The main input parameters are the supernova luminosity, the photospheric
expansion velocities, the effective temperature while in output
we obtain the explosion energy, the ejected
56Ni mass, and the mass of the ejecta.
The application of the code has shown an overall continuity in the physical parameters
of type II SNe
from the lowest energy explosions (e.g. SN 1997D) to the brightest objects (e.g.
SN 1983K), a clear indication of the existence of a single explosion mechanism.
Several gaps in the distributions of energies and masses still exist which we are planning to fill
by means of dedicated observational programs.
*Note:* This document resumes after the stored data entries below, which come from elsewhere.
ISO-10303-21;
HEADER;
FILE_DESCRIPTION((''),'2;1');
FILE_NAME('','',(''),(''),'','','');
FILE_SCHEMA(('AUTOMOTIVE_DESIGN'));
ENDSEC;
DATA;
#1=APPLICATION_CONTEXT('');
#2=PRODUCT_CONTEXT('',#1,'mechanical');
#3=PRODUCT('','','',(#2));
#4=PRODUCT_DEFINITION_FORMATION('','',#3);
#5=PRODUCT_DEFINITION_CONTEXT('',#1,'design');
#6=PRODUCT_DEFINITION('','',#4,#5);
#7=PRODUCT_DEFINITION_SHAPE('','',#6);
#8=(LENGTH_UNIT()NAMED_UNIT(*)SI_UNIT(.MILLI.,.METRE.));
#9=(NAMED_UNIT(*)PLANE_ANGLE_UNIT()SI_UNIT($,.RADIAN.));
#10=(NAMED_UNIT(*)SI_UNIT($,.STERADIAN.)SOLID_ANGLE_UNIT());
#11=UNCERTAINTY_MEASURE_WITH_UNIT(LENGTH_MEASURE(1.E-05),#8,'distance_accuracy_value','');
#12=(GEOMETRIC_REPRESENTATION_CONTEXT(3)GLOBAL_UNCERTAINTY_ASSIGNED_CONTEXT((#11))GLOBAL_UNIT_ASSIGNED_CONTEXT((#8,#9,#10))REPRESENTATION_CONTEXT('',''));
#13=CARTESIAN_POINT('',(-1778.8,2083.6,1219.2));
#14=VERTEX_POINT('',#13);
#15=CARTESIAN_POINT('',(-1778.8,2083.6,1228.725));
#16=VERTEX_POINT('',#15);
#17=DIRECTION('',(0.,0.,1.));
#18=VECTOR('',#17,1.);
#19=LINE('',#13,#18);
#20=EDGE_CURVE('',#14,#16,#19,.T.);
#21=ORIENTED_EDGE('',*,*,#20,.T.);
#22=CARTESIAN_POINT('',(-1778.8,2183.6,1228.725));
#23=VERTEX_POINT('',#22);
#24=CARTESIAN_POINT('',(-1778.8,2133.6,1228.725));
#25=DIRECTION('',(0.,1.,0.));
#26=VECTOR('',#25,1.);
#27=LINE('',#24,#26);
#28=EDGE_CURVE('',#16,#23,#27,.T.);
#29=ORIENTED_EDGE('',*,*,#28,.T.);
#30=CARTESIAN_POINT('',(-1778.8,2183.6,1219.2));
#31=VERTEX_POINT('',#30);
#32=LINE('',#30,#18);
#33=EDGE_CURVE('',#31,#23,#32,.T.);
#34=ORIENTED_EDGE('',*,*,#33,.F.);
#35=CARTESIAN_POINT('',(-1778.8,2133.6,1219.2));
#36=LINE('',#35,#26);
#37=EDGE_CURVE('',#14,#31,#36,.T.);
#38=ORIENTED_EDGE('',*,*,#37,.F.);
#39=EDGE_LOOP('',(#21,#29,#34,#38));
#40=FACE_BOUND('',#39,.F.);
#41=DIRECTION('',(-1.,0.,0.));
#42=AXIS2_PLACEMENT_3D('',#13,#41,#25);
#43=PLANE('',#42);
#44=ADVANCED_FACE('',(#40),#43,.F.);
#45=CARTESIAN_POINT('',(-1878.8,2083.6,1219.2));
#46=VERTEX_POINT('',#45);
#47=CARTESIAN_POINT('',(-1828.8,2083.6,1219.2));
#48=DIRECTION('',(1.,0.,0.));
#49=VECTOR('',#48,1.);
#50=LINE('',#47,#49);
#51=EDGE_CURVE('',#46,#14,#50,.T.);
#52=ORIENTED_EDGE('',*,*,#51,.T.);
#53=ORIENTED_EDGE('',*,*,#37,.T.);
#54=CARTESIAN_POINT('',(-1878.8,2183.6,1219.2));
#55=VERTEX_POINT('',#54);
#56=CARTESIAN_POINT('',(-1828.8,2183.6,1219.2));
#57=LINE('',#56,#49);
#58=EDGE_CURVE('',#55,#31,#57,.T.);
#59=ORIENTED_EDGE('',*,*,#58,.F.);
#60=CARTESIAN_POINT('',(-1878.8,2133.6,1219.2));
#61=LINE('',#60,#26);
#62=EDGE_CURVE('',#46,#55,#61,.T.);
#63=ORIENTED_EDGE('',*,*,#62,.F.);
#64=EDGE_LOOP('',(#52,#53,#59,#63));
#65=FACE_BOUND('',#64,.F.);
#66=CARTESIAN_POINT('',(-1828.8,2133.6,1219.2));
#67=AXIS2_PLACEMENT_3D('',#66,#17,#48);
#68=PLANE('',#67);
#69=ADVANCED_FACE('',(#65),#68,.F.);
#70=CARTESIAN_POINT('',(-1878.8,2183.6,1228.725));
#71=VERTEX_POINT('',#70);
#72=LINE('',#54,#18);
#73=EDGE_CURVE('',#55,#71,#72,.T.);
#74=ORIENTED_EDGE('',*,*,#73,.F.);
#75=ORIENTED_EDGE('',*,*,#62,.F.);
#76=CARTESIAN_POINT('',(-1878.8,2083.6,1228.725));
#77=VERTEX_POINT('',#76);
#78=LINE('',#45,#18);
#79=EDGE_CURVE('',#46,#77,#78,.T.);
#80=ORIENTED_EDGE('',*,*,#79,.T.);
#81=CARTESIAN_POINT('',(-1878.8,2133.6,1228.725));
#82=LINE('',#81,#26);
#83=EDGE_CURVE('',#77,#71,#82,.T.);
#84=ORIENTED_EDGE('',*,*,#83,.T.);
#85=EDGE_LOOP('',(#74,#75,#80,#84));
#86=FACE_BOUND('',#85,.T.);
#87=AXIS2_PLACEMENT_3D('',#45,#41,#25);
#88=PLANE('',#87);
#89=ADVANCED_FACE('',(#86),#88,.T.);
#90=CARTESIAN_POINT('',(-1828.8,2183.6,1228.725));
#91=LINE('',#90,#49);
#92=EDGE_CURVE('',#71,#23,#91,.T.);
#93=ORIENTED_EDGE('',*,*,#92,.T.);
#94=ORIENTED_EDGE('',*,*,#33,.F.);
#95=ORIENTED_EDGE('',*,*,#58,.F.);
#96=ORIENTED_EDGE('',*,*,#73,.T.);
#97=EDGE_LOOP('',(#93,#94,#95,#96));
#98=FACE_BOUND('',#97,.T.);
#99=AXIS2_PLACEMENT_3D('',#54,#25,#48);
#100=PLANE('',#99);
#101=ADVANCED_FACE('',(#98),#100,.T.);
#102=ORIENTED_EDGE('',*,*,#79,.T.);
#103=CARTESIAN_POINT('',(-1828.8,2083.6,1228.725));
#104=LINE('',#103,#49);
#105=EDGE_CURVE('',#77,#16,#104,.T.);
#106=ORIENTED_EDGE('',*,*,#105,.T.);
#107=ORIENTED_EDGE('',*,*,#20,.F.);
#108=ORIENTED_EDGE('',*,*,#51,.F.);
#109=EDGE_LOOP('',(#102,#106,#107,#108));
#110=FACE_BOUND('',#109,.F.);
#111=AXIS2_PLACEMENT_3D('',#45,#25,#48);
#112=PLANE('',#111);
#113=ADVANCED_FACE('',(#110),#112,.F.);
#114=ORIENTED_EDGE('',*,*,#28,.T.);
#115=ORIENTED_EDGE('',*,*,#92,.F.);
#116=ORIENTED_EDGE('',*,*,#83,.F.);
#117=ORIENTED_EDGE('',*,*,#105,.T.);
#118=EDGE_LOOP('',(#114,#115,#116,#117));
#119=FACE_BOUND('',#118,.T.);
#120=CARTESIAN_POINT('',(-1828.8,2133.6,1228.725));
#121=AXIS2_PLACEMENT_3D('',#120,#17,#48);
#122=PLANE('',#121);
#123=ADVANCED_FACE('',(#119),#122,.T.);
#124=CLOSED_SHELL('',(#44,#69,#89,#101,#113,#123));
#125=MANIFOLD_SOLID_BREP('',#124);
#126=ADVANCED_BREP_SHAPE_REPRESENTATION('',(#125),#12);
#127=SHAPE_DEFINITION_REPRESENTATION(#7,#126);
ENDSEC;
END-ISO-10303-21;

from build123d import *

# Parameters (mm, degrees)
F3_W     = 100
F3_H     = 100
F4_DEPTH = 9.525


with BuildPart() as f4:
    # F3 (on offset) → F4 (new body)
    with BuildSketch(Plane.XY.offset(1219.2)):
        with Locations((-1828.8, 2133.6)):
            Rectangle(F3_W, F3_H)
    extrude(amount=F4_DEPTH)


solid = f4.part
We are also concentrating our efforts on the studies of the most interesting
objects in the core collapse zoo. A recent example is SN 2006jc,
possibly the first
example of the rare explosion of extremely massive stars and
the first SN ever for which a pre-SN burst has been recorded (Pastorello et al. 2007, Nature 447, 829).
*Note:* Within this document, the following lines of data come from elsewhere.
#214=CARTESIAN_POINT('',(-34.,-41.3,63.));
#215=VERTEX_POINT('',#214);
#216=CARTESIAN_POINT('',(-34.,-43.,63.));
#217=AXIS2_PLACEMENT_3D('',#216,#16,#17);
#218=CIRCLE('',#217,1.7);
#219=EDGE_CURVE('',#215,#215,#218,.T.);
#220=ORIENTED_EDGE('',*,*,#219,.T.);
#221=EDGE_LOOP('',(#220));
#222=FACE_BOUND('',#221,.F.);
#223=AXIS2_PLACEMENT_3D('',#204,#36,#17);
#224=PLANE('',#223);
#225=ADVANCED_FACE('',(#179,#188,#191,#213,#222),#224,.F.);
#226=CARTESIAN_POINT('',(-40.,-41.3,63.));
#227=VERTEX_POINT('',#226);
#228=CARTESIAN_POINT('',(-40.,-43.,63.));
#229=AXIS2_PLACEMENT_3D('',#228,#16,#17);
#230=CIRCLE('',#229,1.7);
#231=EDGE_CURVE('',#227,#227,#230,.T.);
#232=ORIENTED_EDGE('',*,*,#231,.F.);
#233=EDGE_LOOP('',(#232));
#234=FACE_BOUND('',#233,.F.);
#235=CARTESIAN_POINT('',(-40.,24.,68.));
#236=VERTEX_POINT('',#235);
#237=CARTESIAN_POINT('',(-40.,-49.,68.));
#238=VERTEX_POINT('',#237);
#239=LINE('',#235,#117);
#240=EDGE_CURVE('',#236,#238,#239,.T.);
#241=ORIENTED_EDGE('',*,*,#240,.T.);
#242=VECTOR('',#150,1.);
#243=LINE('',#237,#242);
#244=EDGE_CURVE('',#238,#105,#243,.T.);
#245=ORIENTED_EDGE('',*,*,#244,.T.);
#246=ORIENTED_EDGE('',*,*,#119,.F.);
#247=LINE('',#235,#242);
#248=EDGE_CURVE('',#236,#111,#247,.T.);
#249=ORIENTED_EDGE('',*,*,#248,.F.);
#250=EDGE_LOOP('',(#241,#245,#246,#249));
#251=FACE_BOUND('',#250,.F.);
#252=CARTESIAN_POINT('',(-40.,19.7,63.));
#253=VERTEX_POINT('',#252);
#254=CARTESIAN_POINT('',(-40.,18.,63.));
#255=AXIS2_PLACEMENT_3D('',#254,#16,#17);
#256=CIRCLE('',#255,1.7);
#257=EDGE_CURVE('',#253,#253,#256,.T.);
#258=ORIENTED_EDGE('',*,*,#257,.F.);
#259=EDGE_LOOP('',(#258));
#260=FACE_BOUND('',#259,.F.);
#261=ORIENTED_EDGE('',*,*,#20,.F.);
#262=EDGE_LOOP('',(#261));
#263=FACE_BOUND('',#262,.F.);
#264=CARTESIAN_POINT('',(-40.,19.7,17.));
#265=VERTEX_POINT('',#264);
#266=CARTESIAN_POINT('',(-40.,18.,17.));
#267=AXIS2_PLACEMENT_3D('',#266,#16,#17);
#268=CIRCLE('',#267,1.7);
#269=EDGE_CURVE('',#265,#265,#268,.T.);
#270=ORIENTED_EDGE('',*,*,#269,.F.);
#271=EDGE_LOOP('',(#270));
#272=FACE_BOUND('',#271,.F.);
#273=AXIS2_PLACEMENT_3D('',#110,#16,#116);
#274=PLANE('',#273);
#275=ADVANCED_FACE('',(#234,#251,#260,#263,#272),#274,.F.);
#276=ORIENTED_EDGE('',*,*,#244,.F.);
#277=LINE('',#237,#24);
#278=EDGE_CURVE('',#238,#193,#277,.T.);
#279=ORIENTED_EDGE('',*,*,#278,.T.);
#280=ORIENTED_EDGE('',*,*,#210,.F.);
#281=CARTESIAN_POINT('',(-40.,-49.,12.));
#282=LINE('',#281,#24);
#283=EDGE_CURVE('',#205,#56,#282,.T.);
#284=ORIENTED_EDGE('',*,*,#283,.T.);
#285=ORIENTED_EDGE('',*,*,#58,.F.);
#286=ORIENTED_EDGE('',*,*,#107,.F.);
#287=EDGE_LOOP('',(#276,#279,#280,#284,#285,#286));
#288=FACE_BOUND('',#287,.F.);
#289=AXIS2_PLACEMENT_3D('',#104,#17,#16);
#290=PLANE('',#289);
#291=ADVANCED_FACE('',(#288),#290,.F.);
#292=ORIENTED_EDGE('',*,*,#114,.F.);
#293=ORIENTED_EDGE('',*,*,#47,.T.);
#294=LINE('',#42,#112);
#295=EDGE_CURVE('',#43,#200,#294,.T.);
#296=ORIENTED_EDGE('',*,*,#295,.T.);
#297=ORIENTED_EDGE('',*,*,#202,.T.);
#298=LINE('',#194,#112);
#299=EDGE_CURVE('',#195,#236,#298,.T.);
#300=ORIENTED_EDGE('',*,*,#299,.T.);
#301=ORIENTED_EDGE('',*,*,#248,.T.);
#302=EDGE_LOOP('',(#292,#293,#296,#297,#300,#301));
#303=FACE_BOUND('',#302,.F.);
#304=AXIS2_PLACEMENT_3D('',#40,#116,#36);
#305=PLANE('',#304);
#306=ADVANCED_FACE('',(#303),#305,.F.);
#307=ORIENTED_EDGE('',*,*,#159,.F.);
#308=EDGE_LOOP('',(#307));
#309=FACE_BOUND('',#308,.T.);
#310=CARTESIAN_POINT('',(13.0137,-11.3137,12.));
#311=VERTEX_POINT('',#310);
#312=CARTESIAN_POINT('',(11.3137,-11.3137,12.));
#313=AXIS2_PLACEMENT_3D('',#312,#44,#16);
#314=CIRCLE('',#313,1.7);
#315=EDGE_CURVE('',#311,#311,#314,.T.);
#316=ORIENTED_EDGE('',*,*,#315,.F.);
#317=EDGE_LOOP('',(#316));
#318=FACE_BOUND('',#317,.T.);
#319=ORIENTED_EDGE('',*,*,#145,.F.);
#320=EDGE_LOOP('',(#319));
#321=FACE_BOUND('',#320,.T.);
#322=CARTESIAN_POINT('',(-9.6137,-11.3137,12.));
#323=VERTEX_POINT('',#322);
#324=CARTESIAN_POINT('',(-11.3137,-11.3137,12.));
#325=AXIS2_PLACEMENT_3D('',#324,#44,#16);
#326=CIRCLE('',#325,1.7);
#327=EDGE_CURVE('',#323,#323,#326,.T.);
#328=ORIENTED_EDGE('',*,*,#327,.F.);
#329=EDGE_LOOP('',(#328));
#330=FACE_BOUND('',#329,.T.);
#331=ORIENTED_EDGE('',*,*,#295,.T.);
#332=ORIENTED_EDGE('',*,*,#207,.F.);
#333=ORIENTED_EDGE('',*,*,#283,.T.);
We are also studying the type Ic SNe, contact point between
Supernovae and GRBs.
Energetic SNeIc seem also to be the central engines that sustain a few very luminous
SN IIn which have been discovered recently. The huge luminosity has been related to the
shock of the SN ejecta with dense massive shells of material ejected by the SN progenitor
shortly before explosion (Agnoletto et al. 2009, ApJ 691,1348)
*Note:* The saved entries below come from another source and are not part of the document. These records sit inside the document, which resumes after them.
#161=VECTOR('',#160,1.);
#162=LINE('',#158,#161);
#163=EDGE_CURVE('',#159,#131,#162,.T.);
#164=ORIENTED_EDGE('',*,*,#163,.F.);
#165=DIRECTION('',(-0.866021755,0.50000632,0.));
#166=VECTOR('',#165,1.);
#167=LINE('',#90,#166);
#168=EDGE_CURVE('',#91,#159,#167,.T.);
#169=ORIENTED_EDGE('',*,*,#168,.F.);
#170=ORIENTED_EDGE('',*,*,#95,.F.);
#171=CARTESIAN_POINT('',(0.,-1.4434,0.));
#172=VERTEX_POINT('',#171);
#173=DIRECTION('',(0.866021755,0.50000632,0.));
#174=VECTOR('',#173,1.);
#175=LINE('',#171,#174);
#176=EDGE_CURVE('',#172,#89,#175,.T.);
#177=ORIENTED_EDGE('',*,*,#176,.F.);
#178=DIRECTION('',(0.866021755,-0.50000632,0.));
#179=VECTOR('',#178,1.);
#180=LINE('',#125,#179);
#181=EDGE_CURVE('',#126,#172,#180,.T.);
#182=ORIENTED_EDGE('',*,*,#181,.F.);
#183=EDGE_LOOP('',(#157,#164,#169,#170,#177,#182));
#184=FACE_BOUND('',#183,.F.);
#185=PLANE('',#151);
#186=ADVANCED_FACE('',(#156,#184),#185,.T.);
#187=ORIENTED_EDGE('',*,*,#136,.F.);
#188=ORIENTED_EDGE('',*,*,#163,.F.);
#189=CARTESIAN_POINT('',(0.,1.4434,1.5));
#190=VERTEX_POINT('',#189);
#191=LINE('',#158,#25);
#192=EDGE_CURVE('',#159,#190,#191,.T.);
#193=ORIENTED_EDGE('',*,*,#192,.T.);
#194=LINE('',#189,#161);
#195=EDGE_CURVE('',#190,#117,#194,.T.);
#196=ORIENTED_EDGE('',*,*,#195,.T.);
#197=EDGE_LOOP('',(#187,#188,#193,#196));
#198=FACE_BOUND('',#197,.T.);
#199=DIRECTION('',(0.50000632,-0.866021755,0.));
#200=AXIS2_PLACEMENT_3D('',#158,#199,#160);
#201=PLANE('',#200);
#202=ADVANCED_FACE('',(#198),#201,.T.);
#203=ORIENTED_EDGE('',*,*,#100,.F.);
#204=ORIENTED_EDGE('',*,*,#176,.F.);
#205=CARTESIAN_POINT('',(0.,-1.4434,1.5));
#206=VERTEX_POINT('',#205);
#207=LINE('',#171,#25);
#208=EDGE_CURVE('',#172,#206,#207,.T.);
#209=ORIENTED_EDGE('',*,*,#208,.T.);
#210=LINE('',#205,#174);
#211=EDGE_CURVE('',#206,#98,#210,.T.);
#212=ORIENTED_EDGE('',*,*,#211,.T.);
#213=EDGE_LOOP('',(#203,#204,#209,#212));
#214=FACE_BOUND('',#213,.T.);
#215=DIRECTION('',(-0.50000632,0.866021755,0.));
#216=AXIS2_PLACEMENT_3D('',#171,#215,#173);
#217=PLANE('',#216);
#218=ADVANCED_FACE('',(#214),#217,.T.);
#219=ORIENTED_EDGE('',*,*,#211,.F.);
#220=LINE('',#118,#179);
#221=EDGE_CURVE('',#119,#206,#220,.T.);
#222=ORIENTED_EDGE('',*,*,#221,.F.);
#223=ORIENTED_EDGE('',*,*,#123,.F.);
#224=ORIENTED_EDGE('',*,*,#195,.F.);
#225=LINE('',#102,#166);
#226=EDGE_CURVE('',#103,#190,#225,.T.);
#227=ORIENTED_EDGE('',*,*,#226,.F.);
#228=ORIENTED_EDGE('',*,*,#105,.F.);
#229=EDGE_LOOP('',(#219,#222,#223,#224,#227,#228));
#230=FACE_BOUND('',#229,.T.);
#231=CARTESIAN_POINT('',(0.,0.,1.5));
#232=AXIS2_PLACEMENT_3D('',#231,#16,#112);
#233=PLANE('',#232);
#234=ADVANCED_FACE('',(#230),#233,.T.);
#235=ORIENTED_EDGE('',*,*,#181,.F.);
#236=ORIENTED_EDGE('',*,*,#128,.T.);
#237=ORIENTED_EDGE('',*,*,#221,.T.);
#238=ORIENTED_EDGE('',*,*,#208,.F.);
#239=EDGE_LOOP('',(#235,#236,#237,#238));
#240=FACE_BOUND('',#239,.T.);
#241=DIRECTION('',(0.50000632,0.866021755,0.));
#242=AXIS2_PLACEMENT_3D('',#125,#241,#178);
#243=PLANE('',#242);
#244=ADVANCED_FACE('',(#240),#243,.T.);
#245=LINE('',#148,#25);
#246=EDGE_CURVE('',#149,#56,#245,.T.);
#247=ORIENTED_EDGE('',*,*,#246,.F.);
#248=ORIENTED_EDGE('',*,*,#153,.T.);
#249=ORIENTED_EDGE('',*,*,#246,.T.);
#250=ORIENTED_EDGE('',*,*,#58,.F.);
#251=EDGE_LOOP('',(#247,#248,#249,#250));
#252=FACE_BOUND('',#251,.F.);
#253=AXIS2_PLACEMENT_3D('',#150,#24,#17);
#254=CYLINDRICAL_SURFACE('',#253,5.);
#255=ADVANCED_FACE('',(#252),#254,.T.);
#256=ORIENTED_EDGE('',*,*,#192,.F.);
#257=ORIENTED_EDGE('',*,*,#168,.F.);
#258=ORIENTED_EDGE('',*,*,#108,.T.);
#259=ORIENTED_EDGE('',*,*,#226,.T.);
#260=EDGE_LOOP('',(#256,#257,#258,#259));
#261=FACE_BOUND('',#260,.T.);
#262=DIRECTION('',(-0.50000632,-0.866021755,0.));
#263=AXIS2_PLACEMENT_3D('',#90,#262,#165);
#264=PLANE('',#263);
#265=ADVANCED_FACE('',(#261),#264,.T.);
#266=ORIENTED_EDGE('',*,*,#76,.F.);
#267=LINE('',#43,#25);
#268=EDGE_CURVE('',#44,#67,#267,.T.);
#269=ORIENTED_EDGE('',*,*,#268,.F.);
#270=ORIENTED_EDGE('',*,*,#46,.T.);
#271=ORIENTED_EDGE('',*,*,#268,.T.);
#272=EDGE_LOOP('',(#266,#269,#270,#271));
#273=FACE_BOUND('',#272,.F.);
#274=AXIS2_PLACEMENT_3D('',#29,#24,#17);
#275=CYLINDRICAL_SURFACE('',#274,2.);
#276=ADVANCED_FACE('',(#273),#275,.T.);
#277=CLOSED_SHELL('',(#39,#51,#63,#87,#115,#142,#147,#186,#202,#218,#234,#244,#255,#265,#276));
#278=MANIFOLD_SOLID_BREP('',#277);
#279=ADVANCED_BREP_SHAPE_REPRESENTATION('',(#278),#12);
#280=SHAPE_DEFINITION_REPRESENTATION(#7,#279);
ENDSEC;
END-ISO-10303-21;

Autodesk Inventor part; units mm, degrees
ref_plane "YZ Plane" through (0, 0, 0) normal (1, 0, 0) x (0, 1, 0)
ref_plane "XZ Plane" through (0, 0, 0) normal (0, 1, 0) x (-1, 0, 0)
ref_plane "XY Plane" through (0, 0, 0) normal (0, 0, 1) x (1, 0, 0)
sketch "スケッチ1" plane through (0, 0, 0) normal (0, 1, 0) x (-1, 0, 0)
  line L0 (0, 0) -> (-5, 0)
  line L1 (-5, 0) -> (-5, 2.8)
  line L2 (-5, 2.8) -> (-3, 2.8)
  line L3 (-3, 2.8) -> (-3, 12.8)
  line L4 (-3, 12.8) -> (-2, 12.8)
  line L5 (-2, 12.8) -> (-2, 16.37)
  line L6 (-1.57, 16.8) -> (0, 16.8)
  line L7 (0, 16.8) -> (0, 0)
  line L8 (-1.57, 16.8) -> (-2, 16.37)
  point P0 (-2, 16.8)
SN rates provide unique information on the initial mass function
of stars over an extended mass range and are therefore fundamental
tools for understanding the formation and chemical evolution of
galaxies. The advent of Wide Field Imagers on large telescopes
has allowed measurement of SN rates at high redshifts
and of the evolution of the star
formation history over a large fraction of the age of the Universe.
The rate of type II+Ib/c SNe, in particular, measures the death rate
of young, massive stars via core-collapse and, because
of the short time-scale of the progenitor evolution,
directly reflects the on-going star formation rate (SFR) in a given environment.
On the contrary, the rate of type Ia SNe, whose precursors span a wide range of
lifetimes, reflects the whole star formation history.
Most of the available determinations of SN rates at high-z are based on the material
of SN searches focused on the search of SNIa for determining the geometry of the
Universe. At the end of a pilot program, especially designed to
determine the rates of all SN types, we have obtained estimates
of both core collapse and SNIa rates. In particular, we have been able to
demonstrated that "only"
3 billions years ago the star formation rate was 3 times higher than in the
present Universe (Cappellaro et al. 2005
, Botticella et al 2008).
On the other hand, the evolution of the rate of SNIa with redshift seems to
suggest that after a single episode of star formation SNIa may occur with a wide range of ages, starting from 100 millions up to 10 billions
years afterwards.
In this field, we have now started two new observational projects namely a deep SN search with LBC at the LBT, which is
intended to measure the rate evolution at very high redshift (0.5<z<1.3), and a infrared SN search in Starburst galaxies
using HAWK-I at the VLT, which is aimed to verify the link between SFR and SN rate and get a better handle on the extinction bias.